__Work required__
Scan the records for the string "body" and copy every line that holds it.

Records from a data source
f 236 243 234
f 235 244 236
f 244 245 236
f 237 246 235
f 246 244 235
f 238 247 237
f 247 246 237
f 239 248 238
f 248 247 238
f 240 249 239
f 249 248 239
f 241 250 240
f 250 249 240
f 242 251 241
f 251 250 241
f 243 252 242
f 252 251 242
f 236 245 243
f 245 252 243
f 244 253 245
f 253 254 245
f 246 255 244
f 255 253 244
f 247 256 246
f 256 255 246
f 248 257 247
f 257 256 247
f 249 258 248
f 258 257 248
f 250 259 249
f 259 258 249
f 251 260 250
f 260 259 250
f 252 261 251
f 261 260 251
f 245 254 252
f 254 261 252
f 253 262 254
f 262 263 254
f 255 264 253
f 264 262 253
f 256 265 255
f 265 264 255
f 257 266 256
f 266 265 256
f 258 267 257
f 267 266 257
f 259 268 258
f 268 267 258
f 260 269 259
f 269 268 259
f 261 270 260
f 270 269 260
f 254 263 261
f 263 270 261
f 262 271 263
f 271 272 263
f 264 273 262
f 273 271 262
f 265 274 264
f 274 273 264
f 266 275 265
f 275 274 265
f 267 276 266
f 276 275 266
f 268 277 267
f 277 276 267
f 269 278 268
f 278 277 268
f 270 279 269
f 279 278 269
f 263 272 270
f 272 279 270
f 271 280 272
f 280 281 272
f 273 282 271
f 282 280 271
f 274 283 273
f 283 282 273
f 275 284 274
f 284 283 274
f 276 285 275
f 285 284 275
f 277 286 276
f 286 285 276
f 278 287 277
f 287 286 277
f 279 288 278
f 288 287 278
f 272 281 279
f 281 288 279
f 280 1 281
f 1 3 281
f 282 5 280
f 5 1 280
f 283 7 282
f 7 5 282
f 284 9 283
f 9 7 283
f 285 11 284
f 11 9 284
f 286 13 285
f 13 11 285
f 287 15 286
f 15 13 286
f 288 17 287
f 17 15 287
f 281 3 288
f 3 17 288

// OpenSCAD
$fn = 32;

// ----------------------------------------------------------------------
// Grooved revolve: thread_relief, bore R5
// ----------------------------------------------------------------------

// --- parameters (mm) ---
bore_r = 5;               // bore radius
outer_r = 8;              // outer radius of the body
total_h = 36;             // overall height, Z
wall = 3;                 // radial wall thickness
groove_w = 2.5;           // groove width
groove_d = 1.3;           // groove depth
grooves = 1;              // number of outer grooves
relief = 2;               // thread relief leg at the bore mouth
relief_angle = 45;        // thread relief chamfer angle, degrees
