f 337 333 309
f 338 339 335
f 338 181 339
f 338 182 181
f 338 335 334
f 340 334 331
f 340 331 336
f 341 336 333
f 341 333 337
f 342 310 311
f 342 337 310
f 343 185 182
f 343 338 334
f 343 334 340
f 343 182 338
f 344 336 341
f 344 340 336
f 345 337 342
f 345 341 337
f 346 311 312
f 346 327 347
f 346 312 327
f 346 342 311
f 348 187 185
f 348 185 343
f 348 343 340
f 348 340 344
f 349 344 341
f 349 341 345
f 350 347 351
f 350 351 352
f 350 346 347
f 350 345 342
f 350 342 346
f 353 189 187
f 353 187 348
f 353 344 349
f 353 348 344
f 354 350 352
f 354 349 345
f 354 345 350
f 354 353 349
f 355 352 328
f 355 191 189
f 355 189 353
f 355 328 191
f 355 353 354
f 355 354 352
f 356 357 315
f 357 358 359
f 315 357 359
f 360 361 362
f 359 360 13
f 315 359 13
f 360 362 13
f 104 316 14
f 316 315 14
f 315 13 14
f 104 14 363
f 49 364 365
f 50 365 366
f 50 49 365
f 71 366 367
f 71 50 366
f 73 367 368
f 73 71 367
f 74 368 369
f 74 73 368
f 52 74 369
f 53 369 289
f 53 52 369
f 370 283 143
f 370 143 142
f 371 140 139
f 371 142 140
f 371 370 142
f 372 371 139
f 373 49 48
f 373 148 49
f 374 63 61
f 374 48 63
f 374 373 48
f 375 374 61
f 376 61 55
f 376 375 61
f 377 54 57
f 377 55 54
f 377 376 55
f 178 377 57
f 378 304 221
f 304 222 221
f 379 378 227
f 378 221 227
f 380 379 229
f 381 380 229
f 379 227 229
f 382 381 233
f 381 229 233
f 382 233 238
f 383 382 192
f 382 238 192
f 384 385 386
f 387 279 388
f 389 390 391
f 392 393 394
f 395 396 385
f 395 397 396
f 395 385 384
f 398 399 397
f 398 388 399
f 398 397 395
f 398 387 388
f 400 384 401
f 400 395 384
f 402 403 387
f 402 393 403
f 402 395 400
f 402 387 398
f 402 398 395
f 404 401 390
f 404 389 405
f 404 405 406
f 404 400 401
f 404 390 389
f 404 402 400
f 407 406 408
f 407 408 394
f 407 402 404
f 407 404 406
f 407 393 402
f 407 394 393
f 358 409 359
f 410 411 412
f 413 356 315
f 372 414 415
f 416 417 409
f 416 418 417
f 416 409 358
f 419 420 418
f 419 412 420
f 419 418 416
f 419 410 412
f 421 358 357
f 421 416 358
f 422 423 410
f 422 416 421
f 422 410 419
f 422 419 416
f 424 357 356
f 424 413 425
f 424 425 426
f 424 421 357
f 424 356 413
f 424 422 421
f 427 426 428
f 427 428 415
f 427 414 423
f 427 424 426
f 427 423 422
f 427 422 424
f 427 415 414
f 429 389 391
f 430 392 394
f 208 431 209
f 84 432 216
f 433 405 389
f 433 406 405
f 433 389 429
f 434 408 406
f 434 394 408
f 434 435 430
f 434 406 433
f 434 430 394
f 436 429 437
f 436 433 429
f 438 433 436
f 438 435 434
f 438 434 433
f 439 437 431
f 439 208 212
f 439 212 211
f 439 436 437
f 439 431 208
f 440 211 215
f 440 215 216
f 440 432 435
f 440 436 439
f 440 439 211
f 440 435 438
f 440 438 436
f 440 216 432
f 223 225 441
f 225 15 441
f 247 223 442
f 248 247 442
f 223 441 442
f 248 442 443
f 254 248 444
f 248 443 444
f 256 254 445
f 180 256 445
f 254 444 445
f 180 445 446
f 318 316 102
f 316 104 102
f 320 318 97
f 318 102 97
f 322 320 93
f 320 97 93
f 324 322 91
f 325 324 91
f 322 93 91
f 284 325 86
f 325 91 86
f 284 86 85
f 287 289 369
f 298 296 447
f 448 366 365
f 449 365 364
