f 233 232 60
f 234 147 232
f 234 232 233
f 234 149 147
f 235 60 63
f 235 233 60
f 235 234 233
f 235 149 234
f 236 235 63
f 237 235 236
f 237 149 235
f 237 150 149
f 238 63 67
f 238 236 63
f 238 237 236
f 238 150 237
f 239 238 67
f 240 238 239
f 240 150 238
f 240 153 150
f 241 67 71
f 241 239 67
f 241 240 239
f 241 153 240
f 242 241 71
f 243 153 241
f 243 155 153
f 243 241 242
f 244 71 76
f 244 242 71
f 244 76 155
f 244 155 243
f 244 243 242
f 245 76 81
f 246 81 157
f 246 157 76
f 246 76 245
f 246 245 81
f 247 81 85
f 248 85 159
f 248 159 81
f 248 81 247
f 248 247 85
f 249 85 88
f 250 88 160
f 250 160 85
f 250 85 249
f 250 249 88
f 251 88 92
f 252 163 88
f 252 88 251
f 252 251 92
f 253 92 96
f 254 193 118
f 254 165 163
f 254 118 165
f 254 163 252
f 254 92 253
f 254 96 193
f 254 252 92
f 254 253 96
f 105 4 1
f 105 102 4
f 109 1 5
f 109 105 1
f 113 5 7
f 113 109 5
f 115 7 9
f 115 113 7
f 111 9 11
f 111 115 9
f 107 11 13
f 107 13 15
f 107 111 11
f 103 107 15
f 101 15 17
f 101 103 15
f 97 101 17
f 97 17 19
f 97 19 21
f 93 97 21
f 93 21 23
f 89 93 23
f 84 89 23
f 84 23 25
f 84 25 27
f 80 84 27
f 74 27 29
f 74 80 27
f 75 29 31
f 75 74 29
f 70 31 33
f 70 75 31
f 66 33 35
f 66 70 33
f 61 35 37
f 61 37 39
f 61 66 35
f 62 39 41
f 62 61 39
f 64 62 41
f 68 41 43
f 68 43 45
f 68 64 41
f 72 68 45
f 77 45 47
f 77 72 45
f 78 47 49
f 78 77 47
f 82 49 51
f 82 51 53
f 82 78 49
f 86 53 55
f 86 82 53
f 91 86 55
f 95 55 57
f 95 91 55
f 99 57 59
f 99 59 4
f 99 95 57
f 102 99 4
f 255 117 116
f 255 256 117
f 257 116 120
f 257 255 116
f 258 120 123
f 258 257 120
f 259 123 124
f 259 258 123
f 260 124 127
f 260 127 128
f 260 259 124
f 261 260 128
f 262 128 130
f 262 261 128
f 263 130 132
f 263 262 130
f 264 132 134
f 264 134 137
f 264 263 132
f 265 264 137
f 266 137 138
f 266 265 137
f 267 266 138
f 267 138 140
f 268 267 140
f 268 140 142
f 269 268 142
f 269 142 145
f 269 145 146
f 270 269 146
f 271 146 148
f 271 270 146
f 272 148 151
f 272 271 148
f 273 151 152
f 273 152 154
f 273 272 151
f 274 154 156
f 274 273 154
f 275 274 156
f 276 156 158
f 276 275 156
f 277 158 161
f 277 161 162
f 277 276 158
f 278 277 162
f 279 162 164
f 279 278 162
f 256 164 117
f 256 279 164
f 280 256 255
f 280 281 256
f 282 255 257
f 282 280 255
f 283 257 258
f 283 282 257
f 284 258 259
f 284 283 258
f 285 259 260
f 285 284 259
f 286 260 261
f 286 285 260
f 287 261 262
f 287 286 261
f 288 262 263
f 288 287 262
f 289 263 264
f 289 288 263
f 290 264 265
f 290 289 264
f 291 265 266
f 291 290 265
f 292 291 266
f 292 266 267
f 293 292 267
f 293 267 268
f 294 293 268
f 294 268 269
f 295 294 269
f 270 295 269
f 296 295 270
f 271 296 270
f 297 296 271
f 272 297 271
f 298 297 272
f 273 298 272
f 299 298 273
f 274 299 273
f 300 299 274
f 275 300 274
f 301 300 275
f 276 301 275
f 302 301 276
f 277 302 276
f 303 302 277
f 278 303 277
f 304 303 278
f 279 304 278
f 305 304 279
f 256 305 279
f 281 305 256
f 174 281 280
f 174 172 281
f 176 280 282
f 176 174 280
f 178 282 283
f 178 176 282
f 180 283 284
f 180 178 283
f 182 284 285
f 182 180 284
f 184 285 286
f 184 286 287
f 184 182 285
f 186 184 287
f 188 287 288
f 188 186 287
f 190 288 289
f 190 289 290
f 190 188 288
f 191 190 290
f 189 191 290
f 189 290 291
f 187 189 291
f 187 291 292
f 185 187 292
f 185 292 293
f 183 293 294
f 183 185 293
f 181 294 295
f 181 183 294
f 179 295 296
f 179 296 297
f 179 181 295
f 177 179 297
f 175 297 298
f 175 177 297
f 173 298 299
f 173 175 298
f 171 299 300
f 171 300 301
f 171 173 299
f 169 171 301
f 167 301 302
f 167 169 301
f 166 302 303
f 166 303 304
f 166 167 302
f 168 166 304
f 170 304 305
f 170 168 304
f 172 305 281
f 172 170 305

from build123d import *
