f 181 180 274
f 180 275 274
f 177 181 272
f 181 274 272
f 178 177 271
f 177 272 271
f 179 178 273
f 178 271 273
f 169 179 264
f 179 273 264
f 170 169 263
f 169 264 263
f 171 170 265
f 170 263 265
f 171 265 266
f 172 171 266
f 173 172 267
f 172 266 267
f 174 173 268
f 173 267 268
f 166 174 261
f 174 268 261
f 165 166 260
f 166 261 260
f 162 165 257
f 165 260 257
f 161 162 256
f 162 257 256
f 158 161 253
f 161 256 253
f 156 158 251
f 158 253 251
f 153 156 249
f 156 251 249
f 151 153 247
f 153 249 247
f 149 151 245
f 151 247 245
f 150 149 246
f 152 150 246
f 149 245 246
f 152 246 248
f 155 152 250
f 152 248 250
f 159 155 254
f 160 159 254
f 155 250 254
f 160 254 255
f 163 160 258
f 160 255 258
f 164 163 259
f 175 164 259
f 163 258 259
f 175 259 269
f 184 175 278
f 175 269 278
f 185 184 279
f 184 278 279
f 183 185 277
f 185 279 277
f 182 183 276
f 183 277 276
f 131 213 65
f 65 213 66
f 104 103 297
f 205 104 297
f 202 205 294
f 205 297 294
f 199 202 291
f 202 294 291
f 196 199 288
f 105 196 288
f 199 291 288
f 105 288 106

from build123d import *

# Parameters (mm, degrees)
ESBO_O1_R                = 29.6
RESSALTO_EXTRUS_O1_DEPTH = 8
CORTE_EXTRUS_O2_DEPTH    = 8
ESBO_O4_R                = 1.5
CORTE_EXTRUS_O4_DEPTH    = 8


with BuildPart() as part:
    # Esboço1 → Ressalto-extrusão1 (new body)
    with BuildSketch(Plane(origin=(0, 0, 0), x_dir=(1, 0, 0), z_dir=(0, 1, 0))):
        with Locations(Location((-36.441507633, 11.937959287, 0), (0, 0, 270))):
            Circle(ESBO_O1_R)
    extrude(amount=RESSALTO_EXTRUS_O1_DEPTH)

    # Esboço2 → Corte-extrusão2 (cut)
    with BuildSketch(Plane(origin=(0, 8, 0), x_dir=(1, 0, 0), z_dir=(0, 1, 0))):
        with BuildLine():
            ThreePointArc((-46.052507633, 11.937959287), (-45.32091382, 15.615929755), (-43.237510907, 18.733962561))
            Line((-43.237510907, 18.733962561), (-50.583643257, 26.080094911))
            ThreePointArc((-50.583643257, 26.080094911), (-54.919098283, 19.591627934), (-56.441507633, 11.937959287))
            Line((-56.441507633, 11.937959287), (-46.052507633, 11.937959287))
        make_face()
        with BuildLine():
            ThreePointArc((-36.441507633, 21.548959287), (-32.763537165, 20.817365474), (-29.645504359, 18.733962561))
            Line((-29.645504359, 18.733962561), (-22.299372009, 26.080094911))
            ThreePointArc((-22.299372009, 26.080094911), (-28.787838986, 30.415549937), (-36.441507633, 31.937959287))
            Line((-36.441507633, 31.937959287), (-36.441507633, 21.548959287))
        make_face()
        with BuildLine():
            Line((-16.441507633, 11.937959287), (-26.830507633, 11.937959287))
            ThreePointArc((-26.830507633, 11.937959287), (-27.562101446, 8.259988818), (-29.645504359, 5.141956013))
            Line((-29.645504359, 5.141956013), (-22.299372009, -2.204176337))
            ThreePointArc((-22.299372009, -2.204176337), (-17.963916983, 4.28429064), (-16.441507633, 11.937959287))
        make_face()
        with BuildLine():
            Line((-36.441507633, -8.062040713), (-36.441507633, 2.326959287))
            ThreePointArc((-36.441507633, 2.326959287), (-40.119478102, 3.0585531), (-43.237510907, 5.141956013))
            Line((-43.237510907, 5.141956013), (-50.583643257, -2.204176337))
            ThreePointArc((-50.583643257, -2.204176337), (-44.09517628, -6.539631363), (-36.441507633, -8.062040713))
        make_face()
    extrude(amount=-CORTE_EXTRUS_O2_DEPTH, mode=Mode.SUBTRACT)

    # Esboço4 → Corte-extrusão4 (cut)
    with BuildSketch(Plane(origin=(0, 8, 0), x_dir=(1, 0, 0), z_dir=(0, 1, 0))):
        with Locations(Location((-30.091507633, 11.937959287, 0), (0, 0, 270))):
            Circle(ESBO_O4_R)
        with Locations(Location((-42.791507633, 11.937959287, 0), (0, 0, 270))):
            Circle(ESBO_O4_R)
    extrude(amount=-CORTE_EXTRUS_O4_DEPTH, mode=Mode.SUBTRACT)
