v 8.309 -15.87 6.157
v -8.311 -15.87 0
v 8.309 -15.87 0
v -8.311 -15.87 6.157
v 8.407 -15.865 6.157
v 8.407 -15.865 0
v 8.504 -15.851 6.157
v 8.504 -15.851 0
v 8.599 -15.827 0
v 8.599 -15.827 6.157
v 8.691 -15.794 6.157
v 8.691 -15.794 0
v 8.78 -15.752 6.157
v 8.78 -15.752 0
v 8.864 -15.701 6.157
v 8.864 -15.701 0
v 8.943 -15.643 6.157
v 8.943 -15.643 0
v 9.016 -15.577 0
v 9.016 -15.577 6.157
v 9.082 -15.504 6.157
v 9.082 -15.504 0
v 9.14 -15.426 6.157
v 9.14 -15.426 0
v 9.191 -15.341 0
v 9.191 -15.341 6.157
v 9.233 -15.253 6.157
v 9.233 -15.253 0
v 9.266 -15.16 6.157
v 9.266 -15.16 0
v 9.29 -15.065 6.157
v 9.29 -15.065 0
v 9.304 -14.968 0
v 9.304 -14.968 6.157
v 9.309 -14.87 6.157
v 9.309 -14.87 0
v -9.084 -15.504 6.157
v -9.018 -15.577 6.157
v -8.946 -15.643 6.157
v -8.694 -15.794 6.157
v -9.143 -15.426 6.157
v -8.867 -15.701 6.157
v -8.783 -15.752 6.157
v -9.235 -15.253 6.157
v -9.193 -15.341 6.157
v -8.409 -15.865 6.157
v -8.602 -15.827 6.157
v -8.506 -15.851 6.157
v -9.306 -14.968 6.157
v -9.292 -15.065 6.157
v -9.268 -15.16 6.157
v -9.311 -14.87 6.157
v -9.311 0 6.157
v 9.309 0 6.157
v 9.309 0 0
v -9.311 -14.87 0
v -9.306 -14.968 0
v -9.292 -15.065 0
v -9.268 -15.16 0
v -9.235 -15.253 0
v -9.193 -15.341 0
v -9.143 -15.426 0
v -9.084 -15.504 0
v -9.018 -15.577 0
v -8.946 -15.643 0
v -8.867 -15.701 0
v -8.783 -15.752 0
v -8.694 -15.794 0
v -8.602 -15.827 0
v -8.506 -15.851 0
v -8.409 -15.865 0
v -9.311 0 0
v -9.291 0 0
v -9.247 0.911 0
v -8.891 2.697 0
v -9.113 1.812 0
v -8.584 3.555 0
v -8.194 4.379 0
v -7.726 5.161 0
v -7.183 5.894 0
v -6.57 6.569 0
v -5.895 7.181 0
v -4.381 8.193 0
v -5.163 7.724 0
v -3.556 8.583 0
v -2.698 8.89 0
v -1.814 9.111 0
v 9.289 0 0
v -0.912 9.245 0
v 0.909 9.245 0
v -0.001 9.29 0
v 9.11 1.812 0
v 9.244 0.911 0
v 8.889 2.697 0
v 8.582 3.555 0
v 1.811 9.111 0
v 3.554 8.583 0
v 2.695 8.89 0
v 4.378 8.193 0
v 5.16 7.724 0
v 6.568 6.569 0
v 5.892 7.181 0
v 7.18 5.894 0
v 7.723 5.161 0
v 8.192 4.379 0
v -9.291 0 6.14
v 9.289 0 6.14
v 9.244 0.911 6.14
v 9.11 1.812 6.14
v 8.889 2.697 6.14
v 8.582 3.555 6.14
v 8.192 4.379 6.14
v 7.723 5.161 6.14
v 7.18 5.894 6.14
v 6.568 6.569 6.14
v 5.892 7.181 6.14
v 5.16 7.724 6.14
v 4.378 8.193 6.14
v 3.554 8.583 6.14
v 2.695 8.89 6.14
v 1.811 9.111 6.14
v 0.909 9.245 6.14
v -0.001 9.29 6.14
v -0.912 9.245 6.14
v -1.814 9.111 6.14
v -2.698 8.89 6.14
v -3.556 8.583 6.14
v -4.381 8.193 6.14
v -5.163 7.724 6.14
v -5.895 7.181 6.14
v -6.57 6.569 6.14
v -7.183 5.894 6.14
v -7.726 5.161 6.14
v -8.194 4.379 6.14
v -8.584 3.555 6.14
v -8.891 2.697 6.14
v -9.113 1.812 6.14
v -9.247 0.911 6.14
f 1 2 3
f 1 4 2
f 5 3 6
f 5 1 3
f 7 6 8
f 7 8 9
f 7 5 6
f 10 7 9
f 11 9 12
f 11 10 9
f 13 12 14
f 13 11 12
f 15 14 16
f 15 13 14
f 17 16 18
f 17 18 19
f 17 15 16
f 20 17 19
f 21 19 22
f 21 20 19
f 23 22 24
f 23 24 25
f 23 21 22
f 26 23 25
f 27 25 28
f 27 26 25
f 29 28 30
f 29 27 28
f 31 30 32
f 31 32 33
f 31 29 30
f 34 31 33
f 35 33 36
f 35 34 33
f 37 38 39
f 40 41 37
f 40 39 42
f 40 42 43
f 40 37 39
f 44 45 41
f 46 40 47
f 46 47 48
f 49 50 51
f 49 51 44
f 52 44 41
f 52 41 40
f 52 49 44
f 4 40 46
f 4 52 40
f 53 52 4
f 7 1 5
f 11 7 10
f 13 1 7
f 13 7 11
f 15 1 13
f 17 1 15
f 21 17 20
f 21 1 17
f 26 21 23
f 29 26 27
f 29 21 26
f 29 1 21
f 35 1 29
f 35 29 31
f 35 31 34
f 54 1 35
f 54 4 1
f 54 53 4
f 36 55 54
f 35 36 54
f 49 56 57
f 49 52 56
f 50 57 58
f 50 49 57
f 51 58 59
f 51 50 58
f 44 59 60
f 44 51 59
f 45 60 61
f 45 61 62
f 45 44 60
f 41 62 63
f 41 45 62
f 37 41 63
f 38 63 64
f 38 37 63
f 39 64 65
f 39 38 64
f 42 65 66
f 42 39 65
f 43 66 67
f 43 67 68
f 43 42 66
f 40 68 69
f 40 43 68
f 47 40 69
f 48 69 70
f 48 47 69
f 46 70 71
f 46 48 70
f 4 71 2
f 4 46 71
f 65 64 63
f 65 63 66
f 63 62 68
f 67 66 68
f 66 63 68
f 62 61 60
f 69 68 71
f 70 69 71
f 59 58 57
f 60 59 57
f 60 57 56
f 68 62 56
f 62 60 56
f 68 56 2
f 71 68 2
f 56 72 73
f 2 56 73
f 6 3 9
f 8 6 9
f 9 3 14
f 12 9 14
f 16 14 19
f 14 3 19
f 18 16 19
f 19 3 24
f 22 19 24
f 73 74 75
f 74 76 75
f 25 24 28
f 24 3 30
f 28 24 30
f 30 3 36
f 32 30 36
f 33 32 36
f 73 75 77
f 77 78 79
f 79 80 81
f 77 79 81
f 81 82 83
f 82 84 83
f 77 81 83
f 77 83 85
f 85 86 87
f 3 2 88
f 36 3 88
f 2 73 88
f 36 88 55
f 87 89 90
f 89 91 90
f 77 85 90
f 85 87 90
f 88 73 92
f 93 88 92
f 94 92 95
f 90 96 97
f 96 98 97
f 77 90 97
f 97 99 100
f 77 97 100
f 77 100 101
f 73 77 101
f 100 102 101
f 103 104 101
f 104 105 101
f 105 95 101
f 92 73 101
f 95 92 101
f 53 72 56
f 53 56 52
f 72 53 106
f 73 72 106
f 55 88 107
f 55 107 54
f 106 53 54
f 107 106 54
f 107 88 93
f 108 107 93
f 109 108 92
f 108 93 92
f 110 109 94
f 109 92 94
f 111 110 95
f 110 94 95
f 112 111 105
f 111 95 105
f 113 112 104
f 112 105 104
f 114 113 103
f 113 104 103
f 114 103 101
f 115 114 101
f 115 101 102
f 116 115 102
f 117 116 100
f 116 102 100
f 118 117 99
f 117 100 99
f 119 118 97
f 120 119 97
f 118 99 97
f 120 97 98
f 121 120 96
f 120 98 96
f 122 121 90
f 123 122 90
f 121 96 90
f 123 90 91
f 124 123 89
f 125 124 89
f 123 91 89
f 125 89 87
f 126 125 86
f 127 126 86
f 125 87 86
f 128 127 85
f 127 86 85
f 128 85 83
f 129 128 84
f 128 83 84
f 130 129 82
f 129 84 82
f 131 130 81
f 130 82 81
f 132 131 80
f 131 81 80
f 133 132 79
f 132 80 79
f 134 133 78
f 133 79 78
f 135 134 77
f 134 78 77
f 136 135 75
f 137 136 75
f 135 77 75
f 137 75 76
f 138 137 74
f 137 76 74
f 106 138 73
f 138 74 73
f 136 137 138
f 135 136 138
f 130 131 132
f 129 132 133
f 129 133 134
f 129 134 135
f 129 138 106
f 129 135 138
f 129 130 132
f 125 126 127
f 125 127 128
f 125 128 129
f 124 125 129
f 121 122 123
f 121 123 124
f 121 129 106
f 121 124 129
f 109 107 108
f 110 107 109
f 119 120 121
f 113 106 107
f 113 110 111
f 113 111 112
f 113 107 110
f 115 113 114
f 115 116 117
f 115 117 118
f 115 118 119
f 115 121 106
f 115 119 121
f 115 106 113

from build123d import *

# Parameters (mm, degrees)
SKETCH_1_W          = 9.29
SKETCH_1_H          = 1.5
REVOLVE_1_ANGLE     = 180
EXTRUDE_1_DEPTH     = 4.65
SKETCH_3_W          = 18.62
SKETCH_3_H          = 6.156693915
EXTRUDE_2_DEPTH     = 15.87
FILLET_1_R          = 1
CUT_EXTRUDE_1_DEPTH = 0.01


with BuildPart() as part:
    # 草图1 → 旋转1 (revolve)
    with BuildSketch(Plane.XZ):
        with Locations((-4.646272468, 0.75)):
            Rectangle(SKETCH_1_W, SKETCH_1_H)
    revolve(axis=Axis((-0.001272468, 0, 0), (0, 0, -1)), revolution_arc=REVOLVE_1_ANGLE)

    # 草图2 → 凸台-拉伸1 (add)
    with BuildSketch(Plane.XY.offset(1.5)):
        with BuildLine():
            Line((-9.291272468, 0), (9.288727532, 0))
            ThreePointArc((9.288727532, 0), (-0.001272468, 9.29), (-9.291272468, 0))
        make_face()
    extrude(amount=EXTRUDE_1_DEPTH)

    # 草图3 → 凸台-拉伸2 (add)
    with BuildSketch(Plane.XZ):
        with Locations((-0.001272468, 3.078346957)):
            Rectangle(SKETCH_3_W, SKETCH_3_H)
    extrude(amount=EXTRUDE_2_DEPTH)

    # 圆角1
    fillet_1_edges = [part.edges().sort_by_distance(p)[0] for p in [
        (9.308727532, -15.87, 3.078346957),
        (-9.311272468, -15.87, 3.078346957),
    ]]
    fillet(fillet_1_edges, radius=FILLET_1_R)

    # 草图4 → 切除-拉伸1 (cut)
    with BuildSketch(Plane.XY.offset(6.15)):
        with BuildLine():
            Line((-9.291272468, 0), (9.288727532, 0))
            ThreePointArc((9.288727532, 0), (-0.001272468, 9.29), (-9.291272468, 0))
        make_face()
    extrude(amount=-CUT_EXTRUDE_1_DEPTH, mode=Mode.SUBTRACT)


solid = part.part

__Your solution__
outer_r = 8;              // outer radius of the body
    # Esboço1 → Ressalto-extrusão1 (new body)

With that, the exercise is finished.